Below are the entries to work from; restate word for word the portion that opens with the line containing "v 32 -40 -2.2" and closes with the line containing "v -36.861 -25.636 2", keeping both.

BEGIN Data shown

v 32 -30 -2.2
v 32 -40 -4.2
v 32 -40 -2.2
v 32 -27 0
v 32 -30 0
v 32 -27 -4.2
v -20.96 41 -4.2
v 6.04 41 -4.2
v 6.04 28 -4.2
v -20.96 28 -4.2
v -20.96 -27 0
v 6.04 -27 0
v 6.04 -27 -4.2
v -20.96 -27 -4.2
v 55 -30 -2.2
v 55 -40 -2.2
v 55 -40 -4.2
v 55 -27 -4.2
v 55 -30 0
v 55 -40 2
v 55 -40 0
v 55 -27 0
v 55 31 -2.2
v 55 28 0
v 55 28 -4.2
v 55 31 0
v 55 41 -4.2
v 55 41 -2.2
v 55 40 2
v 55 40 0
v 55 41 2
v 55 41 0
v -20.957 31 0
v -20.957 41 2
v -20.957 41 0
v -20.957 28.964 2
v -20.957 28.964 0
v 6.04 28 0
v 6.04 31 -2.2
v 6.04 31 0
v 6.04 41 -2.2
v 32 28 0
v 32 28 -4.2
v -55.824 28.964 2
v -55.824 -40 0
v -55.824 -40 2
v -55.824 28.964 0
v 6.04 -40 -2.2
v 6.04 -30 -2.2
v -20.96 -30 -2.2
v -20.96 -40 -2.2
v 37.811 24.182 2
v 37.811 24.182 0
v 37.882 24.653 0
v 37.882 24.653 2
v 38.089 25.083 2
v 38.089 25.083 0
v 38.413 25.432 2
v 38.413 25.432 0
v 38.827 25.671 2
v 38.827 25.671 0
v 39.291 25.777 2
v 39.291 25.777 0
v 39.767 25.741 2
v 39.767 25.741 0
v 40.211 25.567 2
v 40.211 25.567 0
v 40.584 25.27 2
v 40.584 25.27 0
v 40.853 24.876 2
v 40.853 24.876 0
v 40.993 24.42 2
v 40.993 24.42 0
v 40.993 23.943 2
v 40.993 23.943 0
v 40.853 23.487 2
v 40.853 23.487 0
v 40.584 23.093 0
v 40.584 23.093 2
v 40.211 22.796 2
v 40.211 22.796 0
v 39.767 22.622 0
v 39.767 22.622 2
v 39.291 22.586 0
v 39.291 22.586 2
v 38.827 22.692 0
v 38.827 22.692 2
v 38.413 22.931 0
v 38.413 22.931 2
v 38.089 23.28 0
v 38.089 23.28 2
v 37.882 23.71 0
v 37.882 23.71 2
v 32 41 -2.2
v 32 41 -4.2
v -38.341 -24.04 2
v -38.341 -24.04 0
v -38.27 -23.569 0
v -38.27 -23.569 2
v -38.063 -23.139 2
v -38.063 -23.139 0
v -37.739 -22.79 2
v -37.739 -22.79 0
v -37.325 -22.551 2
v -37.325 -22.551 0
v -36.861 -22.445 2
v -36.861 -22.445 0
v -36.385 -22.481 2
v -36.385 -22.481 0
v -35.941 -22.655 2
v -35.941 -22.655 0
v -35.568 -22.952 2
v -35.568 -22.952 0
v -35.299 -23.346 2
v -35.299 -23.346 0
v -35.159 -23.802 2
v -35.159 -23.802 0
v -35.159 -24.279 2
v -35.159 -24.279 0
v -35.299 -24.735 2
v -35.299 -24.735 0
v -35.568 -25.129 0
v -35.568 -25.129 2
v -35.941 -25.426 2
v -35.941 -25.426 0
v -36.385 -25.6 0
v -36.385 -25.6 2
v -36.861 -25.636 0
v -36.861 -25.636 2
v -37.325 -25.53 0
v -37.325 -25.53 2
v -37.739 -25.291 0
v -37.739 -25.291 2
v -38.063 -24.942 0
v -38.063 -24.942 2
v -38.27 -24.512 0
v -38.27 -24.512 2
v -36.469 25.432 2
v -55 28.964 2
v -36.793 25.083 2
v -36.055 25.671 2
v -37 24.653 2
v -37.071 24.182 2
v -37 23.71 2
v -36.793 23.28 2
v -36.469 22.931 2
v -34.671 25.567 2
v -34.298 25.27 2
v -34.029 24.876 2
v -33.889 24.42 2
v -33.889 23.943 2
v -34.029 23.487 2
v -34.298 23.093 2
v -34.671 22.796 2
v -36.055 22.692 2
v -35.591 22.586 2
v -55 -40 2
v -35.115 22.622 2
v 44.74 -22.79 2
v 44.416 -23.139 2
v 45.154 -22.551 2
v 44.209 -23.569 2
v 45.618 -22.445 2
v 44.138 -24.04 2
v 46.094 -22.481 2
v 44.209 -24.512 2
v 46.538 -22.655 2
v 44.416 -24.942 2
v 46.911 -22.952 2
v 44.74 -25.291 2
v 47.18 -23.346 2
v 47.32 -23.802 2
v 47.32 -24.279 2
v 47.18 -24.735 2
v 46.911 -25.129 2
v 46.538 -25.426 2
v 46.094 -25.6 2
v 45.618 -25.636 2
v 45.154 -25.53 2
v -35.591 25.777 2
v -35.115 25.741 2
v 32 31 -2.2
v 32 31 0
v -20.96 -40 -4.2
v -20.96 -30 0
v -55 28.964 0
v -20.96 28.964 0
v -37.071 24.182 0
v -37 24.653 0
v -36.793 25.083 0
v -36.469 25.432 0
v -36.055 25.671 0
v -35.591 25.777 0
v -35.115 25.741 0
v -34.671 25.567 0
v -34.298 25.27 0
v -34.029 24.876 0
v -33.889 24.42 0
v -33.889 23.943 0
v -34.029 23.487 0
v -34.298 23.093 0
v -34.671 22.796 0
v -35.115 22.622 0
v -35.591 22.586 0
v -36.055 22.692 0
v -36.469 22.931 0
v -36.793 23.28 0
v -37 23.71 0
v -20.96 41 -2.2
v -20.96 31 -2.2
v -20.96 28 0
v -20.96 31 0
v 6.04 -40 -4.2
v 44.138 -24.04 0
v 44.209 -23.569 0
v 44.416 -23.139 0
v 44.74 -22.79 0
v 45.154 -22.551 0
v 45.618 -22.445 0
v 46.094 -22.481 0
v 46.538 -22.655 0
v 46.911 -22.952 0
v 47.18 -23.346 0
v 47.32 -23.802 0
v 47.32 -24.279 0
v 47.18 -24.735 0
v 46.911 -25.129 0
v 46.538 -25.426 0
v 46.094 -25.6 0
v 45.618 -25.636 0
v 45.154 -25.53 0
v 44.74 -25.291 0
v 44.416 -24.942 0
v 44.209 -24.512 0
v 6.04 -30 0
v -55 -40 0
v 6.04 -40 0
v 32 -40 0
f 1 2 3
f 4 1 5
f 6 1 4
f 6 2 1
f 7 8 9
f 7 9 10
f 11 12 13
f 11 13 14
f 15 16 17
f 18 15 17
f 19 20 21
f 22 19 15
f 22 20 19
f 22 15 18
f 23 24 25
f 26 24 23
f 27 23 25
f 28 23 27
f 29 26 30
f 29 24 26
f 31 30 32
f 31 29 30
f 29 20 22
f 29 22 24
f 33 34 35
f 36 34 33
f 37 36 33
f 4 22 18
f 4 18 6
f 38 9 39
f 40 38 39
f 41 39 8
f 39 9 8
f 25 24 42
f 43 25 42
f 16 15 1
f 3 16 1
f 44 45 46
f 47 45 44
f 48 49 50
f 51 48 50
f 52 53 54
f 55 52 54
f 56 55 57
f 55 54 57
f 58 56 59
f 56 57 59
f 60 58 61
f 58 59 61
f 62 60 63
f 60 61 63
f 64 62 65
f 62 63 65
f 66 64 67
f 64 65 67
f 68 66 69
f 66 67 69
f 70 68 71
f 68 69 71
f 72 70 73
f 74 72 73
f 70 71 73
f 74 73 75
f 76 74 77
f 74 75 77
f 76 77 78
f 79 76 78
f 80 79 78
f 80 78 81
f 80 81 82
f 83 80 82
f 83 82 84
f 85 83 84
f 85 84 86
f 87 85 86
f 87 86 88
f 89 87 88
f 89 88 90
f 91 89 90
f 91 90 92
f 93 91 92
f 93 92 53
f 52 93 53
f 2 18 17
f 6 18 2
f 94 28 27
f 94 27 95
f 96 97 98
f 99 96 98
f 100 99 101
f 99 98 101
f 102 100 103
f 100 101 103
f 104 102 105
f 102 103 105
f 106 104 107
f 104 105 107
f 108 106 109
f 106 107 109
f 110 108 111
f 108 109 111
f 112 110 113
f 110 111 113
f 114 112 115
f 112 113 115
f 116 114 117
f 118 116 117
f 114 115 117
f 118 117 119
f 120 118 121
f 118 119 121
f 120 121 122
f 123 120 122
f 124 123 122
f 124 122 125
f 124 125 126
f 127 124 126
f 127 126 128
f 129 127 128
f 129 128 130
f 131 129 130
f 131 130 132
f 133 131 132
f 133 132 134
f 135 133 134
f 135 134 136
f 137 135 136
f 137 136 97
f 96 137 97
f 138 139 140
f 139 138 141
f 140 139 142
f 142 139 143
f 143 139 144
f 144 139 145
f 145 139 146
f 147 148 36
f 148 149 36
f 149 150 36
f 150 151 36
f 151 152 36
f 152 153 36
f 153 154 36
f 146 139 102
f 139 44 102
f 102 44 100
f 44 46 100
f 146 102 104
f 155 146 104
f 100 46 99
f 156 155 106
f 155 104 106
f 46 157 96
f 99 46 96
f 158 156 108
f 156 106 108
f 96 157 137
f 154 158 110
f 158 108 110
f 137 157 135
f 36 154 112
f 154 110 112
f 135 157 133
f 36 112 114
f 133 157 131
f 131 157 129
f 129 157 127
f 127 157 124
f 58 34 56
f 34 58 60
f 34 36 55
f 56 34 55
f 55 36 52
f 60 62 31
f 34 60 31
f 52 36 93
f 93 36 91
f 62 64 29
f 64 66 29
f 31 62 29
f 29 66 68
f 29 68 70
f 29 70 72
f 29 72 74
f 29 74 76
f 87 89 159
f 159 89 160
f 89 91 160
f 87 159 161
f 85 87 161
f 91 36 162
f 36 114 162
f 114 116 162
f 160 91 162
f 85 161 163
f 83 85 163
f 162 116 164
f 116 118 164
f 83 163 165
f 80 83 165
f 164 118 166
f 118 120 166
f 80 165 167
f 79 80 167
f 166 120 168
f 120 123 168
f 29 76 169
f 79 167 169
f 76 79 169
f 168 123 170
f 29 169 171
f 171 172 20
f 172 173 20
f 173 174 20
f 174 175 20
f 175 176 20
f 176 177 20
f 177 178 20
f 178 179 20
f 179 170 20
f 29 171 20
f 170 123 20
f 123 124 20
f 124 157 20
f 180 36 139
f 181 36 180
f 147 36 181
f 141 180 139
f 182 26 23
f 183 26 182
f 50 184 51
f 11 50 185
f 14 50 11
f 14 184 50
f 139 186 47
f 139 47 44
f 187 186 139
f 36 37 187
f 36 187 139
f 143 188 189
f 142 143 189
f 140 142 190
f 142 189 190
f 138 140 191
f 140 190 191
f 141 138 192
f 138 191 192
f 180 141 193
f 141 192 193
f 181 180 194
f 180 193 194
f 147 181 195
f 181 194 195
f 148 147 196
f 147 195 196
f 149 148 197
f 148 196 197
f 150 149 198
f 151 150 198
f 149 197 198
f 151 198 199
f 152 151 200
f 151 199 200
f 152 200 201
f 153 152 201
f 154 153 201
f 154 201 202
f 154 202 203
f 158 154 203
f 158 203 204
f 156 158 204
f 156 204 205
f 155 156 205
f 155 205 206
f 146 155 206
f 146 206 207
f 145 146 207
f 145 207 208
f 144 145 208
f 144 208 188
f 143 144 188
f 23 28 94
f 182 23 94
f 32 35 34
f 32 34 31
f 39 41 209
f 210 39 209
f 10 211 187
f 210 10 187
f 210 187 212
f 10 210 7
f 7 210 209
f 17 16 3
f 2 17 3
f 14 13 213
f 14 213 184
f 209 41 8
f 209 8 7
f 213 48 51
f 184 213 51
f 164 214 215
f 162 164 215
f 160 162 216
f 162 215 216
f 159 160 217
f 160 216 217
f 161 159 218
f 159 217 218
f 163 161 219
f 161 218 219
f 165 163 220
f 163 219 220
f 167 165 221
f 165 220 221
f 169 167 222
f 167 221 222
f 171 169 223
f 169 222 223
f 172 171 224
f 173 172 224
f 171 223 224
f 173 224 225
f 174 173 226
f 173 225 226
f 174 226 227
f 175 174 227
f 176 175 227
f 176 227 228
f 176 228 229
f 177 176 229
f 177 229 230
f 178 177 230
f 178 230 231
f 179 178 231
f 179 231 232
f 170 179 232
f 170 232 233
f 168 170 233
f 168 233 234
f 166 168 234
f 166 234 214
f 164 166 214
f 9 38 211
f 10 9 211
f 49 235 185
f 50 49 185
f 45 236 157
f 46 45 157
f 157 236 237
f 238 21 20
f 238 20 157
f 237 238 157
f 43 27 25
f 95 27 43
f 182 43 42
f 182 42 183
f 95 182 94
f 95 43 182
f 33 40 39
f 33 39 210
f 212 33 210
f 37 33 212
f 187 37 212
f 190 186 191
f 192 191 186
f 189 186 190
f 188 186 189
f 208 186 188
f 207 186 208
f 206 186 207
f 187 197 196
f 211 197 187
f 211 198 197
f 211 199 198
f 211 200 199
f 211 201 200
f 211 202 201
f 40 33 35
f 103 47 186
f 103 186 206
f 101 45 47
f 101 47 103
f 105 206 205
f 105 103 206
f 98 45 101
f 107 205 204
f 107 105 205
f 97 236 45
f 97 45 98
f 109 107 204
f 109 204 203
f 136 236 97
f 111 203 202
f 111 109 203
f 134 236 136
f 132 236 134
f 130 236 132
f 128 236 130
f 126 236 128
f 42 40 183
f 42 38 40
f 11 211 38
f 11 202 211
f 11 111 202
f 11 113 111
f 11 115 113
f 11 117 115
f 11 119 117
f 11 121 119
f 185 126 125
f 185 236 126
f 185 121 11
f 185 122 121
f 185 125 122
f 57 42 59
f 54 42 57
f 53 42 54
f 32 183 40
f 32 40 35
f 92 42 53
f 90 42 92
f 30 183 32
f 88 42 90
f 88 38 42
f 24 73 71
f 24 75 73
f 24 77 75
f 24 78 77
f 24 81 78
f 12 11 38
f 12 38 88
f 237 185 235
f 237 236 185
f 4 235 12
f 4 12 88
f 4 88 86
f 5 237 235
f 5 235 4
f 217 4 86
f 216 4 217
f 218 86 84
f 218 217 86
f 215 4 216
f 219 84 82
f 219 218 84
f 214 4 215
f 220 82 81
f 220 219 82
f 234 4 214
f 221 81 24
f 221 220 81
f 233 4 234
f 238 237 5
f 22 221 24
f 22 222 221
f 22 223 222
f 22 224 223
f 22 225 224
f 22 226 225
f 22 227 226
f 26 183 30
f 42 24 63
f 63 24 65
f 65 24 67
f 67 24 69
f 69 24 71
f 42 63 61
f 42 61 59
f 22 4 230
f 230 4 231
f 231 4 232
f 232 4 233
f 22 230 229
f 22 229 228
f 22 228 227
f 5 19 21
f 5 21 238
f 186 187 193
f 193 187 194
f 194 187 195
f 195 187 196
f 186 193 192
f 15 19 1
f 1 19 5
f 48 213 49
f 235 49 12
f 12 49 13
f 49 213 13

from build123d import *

# Parameters (mm, degrees)
SKETCH1_W           = 110
SKETCH1_H           = 80
BOSS_EXTRUDE1_DEPTH = 2
SKETCH2_R           = 1.6
CUT_EXTRUDE1_DEPTH  = 3
SKETCH3_W           = 34.042558981
SKETCH3_H           = 11.036345557
CUT_EXTRUDE2_DEPTH  = 3
SKETCH4_W           = 2
SKETCH4_H           = 68.963654443
BOSS_EXTRUDE2_DEPTH = 3
SKETCH5_W           = 75.957441019
SKETCH5_H           = 2
BOSS_EXTRUDE3_DEPTH = 1
SKETCH6_W           = 113
SKETCH6_H           = 3
BOSS_EXTRUDE4_DEPTH = 2.2
SKETCH7_W           = 113
SKETCH7_H           = 13
BOSS_EXTRUDE6_DEPTH = 2
SKETCH10_W          = 37.04
SKETCH10_H          = 81
CUT_EXTRUDE5_DEPTH  = 3
SKETCH10_2_W        = 37.04
SKETCH10_2_H        = 81
CUT_EXTRUDE6_DEPTH  = 2.2
SKETCH12_W          = 25.96
SKETCH12_H          = 81
CUT_EXTRUDE7_DEPTH  = 4.2
SKETCH13_W          = 4.352914054
SKETCH13_H          = 137.927308885
CUT_EXTRUDE8_DEPTH  = 3


with BuildPart() as part:
    # Sketch1 → Boss-Extrude1 (new body)
    with BuildSketch(Plane.XY):
        Rectangle(SKETCH1_W, SKETCH1_H)
    extrude(amount=BOSS_EXTRUDE1_DEPTH)

    # Sketch2 → Cut-Extrude1 (cut, through all)
    with BuildSketch(Plane(origin=(0, 0, 0), x_dir=(-1, 0, 0), z_dir=(0, 0, -1))):
        with Locations((35.470952311, 24.181556833)):
            Circle(SKETCH2_R)
        with Locations((-39.411047689, 24.181556833)):
            Circle(SKETCH2_R)
        with Locations((-45.738047689, -24.040443167)):
            Circle(SKETCH2_R)
        with Locations((36.740952311, -24.040443167)):
            Circle(SKETCH2_R)
    extrude(amount=-CUT_EXTRUDE1_DEPTH, mode=Mode.SUBTRACT)

    # Sketch3 → Cut-Extrude2 (cut, through all)
    with BuildSketch(Plane.XY.offset(2)):
        with Locations((-37.97872051, 34.481827221)):
            Rectangle(SKETCH3_W, SKETCH3_H)
    extrude(amount=-CUT_EXTRUDE2_DEPTH, mode=Mode.SUBTRACT)

    # Sketch4 → Boss-Extrude2 (add)
    with BuildSketch(Plane.ZY.offset(55)):
        with Locations((1, -5.518172778)):
            Rectangle(SKETCH4_W, SKETCH4_H)
    extrude(amount=BOSS_EXTRUDE2_DEPTH)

END Data shown

* Output for this exercise:
v 32 -40 -2.2
v 32 -27 0
v 32 -30 0
v 32 -27 -4.2
v -20.96 41 -4.2
v 6.04 41 -4.2
v 6.04 28 -4.2
v -20.96 28 -4.2
v -20.96 -27 0
v 6.04 -27 0
v 6.04 -27 -4.2
v -20.96 -27 -4.2
v 55 -30 -2.2
v 55 -40 -2.2
v 55 -40 -4.2
v 55 -27 -4.2
v 55 -30 0
v 55 -40 2
v 55 -40 0
v 55 -27 0
v 55 31 -2.2
v 55 28 0
v 55 28 -4.2
v 55 31 0
v 55 41 -4.2
v 55 41 -2.2
v 55 40 2
v 55 40 0
v 55 41 2
v 55 41 0
v -20.957 31 0
v -20.957 41 2
v -20.957 41 0
v -20.957 28.964 2
v -20.957 28.964 0
v 6.04 28 0
v 6.04 31 -2.2
v 6.04 31 0
v 6.04 41 -2.2
v 32 28 0
v 32 28 -4.2
v -55.824 28.964 2
v -55.824 -40 0
v -55.824 -40 2
v -55.824 28.964 0
v 6.04 -40 -2.2
v 6.04 -30 -2.2
v -20.96 -30 -2.2
v -20.96 -40 -2.2
v 37.811 24.182 2
v 37.811 24.182 0
v 37.882 24.653 0
v 37.882 24.653 2
v 38.089 25.083 2
v 38.089 25.083 0
v 38.413 25.432 2
v 38.413 25.432 0
v 38.827 25.671 2
v 38.827 25.671 0
v 39.291 25.777 2
v 39.291 25.777 0
v 39.767 25.741 2
v 39.767 25.741 0
v 40.211 25.567 2
v 40.211 25.567 0
v 40.584 25.27 2
v 40.584 25.27 0
v 40.853 24.876 2
v 40.853 24.876 0
v 40.993 24.42 2
v 40.993 24.42 0
v 40.993 23.943 2
v 40.993 23.943 0
v 40.853 23.487 2
v 40.853 23.487 0
v 40.584 23.093 0
v 40.584 23.093 2
v 40.211 22.796 2
v 40.211 22.796 0
v 39.767 22.622 0
v 39.767 22.622 2
v 39.291 22.586 0
v 39.291 22.586 2
v 38.827 22.692 0
v 38.827 22.692 2
v 38.413 22.931 0
v 38.413 22.931 2
v 38.089 23.28 0
v 38.089 23.28 2
v 37.882 23.71 0
v 37.882 23.71 2
v 32 41 -2.2
v 32 41 -4.2
v -38.341 -24.04 2
v -38.341 -24.04 0
v -38.27 -23.569 0
v -38.27 -23.569 2
v -38.063 -23.139 2
v -38.063 -23.139 0
v -37.739 -22.79 2
v -37.739 -22.79 0
v -37.325 -22.551 2
v -37.325 -22.551 0
v -36.861 -22.445 2
v -36.861 -22.445 0
v -36.385 -22.481 2
v -36.385 -22.481 0
v -35.941 -22.655 2
v -35.941 -22.655 0
v -35.568 -22.952 2
v -35.568 -22.952 0
v -35.299 -23.346 2
v -35.299 -23.346 0
v -35.159 -23.802 2
v -35.159 -23.802 0
v -35.159 -24.279 2
v -35.159 -24.279 0
v -35.299 -24.735 2
v -35.299 -24.735 0
v -35.568 -25.129 0
v -35.568 -25.129 2
v -35.941 -25.426 2
v -35.941 -25.426 0
v -36.385 -25.6 0
v -36.385 -25.6 2
v -36.861 -25.636 0
v -36.861 -25.636 2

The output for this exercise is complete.